====== TASK INPUT
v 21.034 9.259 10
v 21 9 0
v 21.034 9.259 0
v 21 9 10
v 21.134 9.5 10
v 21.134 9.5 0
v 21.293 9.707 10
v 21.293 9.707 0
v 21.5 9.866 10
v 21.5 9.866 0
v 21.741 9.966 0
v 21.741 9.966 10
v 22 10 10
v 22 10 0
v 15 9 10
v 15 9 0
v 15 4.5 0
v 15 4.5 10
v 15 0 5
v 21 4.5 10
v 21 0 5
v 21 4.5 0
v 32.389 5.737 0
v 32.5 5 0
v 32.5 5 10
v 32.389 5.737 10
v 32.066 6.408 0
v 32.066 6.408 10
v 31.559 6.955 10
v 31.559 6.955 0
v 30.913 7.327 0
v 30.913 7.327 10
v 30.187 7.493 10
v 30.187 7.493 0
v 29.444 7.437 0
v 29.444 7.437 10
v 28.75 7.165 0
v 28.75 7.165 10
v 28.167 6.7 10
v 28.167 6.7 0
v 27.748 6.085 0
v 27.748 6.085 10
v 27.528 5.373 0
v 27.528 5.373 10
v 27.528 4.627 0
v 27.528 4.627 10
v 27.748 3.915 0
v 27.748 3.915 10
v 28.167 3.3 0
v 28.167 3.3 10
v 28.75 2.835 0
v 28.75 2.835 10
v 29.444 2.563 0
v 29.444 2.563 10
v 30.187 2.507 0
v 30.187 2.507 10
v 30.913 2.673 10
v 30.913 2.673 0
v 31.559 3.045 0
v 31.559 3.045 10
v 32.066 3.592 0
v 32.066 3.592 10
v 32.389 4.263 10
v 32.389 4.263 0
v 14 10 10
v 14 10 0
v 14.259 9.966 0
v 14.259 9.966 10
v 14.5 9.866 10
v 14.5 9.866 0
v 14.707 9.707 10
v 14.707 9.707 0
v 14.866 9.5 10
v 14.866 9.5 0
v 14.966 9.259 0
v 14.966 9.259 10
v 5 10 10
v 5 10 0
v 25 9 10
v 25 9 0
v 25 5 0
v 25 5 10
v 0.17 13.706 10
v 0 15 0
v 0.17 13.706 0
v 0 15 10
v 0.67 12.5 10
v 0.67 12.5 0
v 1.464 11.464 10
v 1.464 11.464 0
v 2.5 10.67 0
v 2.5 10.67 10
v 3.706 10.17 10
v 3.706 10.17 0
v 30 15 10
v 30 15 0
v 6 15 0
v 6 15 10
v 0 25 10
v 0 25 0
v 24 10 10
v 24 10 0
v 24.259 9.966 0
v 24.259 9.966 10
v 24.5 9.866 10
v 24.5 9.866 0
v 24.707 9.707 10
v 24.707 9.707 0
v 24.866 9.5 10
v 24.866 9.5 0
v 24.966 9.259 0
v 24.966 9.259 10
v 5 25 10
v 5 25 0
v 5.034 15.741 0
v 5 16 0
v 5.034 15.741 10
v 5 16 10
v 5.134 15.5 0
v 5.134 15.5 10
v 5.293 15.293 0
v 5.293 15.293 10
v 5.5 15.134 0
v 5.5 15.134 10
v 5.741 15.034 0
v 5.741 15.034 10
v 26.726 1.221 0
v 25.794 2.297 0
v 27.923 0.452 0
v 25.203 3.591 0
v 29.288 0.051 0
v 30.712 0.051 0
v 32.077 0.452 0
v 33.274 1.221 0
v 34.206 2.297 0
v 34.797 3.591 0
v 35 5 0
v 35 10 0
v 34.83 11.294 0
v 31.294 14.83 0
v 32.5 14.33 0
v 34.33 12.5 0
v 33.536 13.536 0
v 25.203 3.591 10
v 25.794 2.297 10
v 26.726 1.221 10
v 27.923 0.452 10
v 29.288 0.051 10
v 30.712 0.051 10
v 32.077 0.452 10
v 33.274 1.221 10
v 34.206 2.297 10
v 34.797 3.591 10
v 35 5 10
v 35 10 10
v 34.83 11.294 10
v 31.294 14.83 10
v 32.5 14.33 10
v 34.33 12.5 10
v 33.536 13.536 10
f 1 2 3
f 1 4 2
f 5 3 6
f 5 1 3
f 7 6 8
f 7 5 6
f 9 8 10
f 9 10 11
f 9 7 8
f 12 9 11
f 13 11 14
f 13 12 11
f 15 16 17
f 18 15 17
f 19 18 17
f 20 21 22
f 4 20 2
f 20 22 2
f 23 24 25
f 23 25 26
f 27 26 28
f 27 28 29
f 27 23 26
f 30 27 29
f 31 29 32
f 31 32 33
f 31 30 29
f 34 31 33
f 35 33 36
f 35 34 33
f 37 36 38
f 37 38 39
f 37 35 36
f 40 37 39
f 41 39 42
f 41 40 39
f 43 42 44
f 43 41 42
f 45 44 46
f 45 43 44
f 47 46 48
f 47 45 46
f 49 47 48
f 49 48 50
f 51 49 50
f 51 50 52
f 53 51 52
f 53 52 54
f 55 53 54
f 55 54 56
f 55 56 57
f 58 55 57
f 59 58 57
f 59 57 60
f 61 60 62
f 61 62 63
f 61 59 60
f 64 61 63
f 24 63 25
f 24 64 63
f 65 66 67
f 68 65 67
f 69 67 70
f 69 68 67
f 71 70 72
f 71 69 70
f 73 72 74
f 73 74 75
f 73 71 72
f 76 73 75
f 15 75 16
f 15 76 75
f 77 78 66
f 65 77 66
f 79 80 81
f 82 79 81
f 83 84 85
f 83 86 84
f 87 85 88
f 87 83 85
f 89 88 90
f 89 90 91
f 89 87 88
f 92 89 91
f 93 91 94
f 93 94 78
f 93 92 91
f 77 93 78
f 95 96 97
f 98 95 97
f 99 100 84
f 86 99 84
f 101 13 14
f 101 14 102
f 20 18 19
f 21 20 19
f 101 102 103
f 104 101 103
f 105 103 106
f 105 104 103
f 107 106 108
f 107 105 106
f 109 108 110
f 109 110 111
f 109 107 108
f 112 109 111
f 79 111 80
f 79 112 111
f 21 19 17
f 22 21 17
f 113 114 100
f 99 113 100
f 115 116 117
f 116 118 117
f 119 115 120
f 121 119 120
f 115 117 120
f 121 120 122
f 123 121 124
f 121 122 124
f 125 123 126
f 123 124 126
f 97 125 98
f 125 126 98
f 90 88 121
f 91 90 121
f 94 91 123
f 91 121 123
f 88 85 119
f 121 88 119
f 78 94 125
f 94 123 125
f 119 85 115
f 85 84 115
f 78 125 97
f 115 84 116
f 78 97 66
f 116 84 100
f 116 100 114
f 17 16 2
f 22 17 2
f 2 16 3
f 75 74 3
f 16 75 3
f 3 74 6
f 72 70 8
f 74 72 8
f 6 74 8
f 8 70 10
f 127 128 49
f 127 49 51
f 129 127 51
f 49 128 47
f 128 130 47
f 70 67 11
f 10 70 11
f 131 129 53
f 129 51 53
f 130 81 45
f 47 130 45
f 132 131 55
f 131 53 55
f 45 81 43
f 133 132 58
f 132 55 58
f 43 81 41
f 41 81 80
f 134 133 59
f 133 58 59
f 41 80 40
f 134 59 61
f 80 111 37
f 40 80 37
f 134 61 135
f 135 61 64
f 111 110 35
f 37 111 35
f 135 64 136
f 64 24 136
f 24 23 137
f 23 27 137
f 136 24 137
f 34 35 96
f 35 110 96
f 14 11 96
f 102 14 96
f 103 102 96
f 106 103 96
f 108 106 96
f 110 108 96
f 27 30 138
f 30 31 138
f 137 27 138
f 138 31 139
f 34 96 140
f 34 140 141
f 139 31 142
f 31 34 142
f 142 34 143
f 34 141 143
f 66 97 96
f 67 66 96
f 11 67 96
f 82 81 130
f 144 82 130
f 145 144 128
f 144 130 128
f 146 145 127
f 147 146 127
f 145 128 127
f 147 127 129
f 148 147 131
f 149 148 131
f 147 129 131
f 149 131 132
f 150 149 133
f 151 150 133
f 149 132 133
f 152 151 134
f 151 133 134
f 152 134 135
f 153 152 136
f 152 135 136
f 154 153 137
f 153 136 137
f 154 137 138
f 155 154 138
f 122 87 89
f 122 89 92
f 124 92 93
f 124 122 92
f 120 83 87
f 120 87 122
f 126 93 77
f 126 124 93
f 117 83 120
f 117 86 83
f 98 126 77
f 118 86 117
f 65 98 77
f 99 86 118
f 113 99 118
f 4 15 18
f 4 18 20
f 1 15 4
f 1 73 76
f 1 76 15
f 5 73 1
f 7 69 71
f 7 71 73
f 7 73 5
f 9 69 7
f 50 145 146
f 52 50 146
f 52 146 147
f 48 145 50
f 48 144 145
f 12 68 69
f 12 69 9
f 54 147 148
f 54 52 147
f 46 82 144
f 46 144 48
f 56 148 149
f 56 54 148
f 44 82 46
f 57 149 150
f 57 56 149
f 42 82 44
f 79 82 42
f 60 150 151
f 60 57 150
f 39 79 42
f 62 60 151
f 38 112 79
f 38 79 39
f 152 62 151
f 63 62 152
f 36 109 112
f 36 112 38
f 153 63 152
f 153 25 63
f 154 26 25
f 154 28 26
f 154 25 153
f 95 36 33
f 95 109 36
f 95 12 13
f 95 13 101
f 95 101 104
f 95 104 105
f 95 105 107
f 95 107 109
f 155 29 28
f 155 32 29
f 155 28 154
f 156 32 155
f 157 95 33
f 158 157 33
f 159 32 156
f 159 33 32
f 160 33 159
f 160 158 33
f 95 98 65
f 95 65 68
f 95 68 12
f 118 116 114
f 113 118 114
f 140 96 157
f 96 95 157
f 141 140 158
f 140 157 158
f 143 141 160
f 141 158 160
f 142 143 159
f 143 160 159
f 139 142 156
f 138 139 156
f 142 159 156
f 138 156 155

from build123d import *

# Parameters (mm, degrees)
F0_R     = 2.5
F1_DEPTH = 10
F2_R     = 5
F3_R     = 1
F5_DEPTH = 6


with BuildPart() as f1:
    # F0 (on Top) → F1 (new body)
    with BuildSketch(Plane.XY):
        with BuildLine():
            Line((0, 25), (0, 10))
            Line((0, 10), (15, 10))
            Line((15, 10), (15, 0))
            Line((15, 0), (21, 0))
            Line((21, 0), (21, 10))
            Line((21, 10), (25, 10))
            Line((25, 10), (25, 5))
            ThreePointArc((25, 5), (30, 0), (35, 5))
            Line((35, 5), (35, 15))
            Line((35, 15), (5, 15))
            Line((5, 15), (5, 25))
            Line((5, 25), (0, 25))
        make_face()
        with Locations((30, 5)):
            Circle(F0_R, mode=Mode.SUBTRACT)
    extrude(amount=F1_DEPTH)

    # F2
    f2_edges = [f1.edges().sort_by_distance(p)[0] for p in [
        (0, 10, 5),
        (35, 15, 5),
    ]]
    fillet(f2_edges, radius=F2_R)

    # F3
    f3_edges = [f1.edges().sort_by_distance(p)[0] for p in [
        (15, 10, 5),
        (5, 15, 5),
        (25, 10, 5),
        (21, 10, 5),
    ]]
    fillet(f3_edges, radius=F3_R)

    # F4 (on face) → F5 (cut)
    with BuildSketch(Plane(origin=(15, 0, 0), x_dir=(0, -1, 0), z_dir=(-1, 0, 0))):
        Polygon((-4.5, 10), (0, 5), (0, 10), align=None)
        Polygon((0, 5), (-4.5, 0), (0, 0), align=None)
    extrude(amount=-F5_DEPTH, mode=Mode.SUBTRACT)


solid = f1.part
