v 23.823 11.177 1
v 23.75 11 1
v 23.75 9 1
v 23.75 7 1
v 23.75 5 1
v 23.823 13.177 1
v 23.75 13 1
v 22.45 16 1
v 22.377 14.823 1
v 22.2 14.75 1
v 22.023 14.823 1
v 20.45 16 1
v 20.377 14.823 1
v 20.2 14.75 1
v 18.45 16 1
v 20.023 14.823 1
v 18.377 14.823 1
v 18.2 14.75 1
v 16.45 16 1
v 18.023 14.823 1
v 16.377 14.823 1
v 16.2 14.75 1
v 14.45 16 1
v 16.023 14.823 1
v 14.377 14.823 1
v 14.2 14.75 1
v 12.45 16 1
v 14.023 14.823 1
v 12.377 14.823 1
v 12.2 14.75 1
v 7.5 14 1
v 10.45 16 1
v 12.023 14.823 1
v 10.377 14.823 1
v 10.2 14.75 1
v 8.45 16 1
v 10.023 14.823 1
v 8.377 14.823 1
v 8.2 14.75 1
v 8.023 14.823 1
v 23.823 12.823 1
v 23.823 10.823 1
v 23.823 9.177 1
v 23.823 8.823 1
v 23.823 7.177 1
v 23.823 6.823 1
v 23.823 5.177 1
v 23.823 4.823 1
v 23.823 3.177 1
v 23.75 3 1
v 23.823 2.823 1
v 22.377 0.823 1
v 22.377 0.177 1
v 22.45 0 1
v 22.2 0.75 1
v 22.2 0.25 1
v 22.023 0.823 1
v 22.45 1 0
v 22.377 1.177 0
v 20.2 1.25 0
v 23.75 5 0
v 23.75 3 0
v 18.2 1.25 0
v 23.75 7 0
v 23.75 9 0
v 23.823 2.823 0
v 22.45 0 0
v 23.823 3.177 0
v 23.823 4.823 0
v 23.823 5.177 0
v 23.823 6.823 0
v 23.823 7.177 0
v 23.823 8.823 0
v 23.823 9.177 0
============
_TASK OBJECTIVE:_
From the line containing "f 49 128 47" down to the line containing "f 102 14 96" in the material above, reproduce every line exactly, including the two end lines.

_SOLUTION TO THIS EXERCISE:_
f 49 128 47
f 128 130 47
f 70 67 11
f 10 70 11
f 131 129 53
f 129 51 53
f 130 81 45
f 47 130 45
f 132 131 55
f 131 53 55
f 45 81 43
f 133 132 58
f 132 55 58
f 43 81 41
f 41 81 80
f 134 133 59
f 133 58 59
f 41 80 40
f 134 59 61
f 80 111 37
f 40 80 37
f 134 61 135
f 135 61 64
f 111 110 35
f 37 111 35
f 135 64 136
f 64 24 136
f 24 23 137
f 23 27 137
f 136 24 137
f 34 35 96
f 35 110 96
f 14 11 96
f 102 14 96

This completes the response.